Supplementary Materials
Data Availability Statement
Genetic and phenotypic data for the 100KGP study participants, the 100KGP Pilot study participants and the GMS participants are available through the Genomics England Research Environment through application at https://www.genomicsengland.co.uk/join-a-gecip-domain. Data pertaining to WGS data were obtained from a merged variant call format file (VCF) for 77,539 100KGP participants, a merged VCF for 4,054 100KGP Pilot participants, single-genome VCFs for 25,289 GMS participants (v3) and single sample gVCFs for 13,037 NBR participants.
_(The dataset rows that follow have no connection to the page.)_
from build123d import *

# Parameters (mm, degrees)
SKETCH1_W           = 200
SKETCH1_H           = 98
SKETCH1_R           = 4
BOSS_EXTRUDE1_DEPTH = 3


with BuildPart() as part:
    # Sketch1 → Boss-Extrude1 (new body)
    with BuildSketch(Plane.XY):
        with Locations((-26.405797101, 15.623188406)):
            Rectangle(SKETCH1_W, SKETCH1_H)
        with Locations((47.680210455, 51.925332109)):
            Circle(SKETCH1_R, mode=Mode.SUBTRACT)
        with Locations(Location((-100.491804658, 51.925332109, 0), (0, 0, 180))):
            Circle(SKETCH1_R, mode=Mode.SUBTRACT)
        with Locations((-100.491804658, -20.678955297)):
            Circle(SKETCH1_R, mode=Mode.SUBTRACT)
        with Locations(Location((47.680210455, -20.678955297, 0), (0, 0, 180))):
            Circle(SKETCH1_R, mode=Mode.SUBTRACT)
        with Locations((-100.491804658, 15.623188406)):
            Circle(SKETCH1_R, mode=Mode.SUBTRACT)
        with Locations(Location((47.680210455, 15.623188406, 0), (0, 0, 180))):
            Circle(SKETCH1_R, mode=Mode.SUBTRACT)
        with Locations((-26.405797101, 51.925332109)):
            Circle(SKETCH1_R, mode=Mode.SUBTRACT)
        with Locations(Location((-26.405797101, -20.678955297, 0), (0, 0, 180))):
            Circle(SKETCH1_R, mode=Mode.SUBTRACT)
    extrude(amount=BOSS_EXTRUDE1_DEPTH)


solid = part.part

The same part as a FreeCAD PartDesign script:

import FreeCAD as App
import Part
import Sketcher

V = App.Vector


def add_polygon(sketch, points):
    """Adds a closed chain of lines whose ends are joined by coincident constraints."""
    first, n = sketch.GeometryCount, len(points)
    for a, b in zip(points, points[1:] + points[:1]):
        sketch.addGeometry(Part.LineSegment(App.Vector(*a, 0), App.Vector(*b, 0)), False)
    for i in range(n):
        sketch.addConstraint(Sketcher.Constraint("Coincident", first + i, 2, first + (i + 1) % n, 1))

doc = App.newDocument("Part")
body = doc.addObject("PartDesign::Body", "Body")

sketch1 = doc.addObject("Sketcher::SketchObject", "Sketch")
body.addObject(sketch1)
sketch1.AttachmentSupport = (doc.XY_Plane, [""])
sketch1.MapMode = "FlatFace"
add_polygon(sketch1, [(-126.4, 64.6), (-126.4, -33.4), (73.6, -33.4), (73.6, 64.6)])
sketch1.addGeometry(Part.Circle(V(-100.5, -20.7, 0), V(0, 0, 1), 4), False)
sketch1.addGeometry(Part.Circle(V(-26.4, -20.7, 0), V(0, 0, 1), 4), False)
sketch1.addGeometry(Part.Circle(V(47.7, -20.7, 0), V(0, 0, 1), 4), False)
sketch1.addGeometry(Part.Circle(V(-100.5, 15.6, 0), V(0, 0, 1), 4), False)
sketch1.addGeometry(Part.Circle(V(-100.5, 51.9, 0), V(0, 0, 1), 4), False)
sketch1.addGeometry(Part.Circle(V(47.7, 15.6, 0), V(0, 0, 1), 4), False)
sketch1.addGeometry(Part.Circle(V(-26.4, 51.9, 0), V(0, 0, 1), 4), False)
sketch1.addGeometry(Part.Circle(V(47.7, 51.9, 0), V(0, 0, 1), 4), False)
sketch1.addConstraint([
    Sketcher.Constraint("Vertical", 0),
    Sketcher.Constraint("Horizontal", 1),
    Sketcher.Constraint("Vertical", 2),
    Sketcher.Constraint("Horizontal", 3),
    Sketcher.Constraint("Equal", 4, 5),
    Sketcher.Constraint("Equal", 5, 6),
    Sketcher.Constraint("Equal", 6, 7),
    Sketcher.Constraint("Equal", 7, 8),
    Sketcher.Constraint("Equal", 8, 9),
    Sketcher.Constraint("Equal", 9, 10),
    Sketcher.Constraint("Equal", 10, 11),
    Sketcher.Constraint("Horizontal", 4, 3, 5, 3),
    Sketcher.Constraint("Horizontal", 5, 3, 6, 3),
    Sketcher.Constraint("Horizontal", 7, 3, 9, 3),
    Sketcher.Constraint("Horizontal", 8, 3, 10, 3),
    Sketcher.Constraint("Horizontal", 10, 3, 11, 3),
    Sketcher.Constraint("Vertical", 4, 3, 7, 3),
    Sketcher.Constraint("Vertical", 7, 3, 8, 3),
    Sketcher.Constraint("Vertical", 6, 3, 9, 3),
    Sketcher.Constraint("Vertical", 5, 3, 10, 3),
    Sketcher.Constraint("Vertical", 9, 3, 11, 3),
    Sketcher.Constraint("Diameter", 4, 8.0),
    Sketcher.Constraint("DistanceX", 1, 1, 1, 2, 200.0),
    Sketcher.Constraint("DistanceY", 0, 2, 0, 1, 98.0),
    Sketcher.Constraint("DistanceY", 0, 2, 7, 3, 49.0),
    Sketcher.Constraint("DistanceX", 0, 2, 5, 3, 100.0),
    Sketcher.Constraint("DistanceX", -1, 1, 6, 3, 47.68021),
    Sketcher.Constraint("DistanceY", -1, 1, 7, 3, 15.623188),
    Sketcher.Constraint("DistanceX", 4, 3, -1, 1, 100.491805),
    Sketcher.Constraint("DistanceY", 4, 3, -1, 1, 20.678955),
    Sketcher.Constraint("DistanceX", 5, 3, -1, 1, 26.405797),
    Sketcher.Constraint("DistanceY", -1, 1, 8, 3, 51.925332),
])
pad1 = doc.addObject("PartDesign::Pad", "Pad")
body.addObject(pad1)
pad1.Profile = sketch1
pad1.Length = 3

doc.recompute()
HPO phenotype data were obtained from the ‘rare_diseases_participant_phenotype’ table (Main Program v13), ‘observation’ table (GMS v3) and ‘hpo’ table (Rare Diseases Pilot v3). Specific Disease class data were obtained from the ‘rare_diseases_participant_disease’ table (Main Program v13). ICD10 codes were obtained from the ‘hes_apc’ table (Main Program v13). Pedigree information was obtained from the ‘rare_diseases_pedigree_member’ table (Main Program v13), ‘referral_participant’ table (GMS v3) and ‘pedigree’ table (Rare Diseases Pilot v3). The explained or unexplained status of cases was obtained from the ‘gmc_exit_questionnaire’ tables (Main Program v18, GMS v3). Accession codes for NBR data are given in the literature9. CADD version 1.5 (https://cadd.gs.washington.edu/), gnomAD version 3.0 (https://gnomad.broadinstitute.org/) and Ensembl version 104 (http://may2021.archive.ensembl.org/index.html) were used for variant annotation.
Data presented in this paper were requested from the Genomics England Airlock on April 2, 2024 at 11:08 p.m. British Summer Time (BST). The manuscript was submitted to the Genomics England Publication Committee on April 8, 2024 at 5:45 a.m. BST and approved for submission on April 11, 2024 at 12:24 p.m. BST.
Software packages rsvr 1.0, bcftools 1.16, samtools 1.9 and perl 5 were used to build the noncoding 100KGP Rareservoir. The Rareservoir software is available from https://github.com/turrogroup/rsvr. All R packages listed in the manuscript are available from the Comprehensive R Archive Network site (https://cran.r-project.org).
Expression data for RNU4-2 were extracted from the file ‘GTEx_Analysis_2017-06-05_v8_RNASeQCv1.1.9_gene_tpm.gct.gz’ available from the GTEx Portal.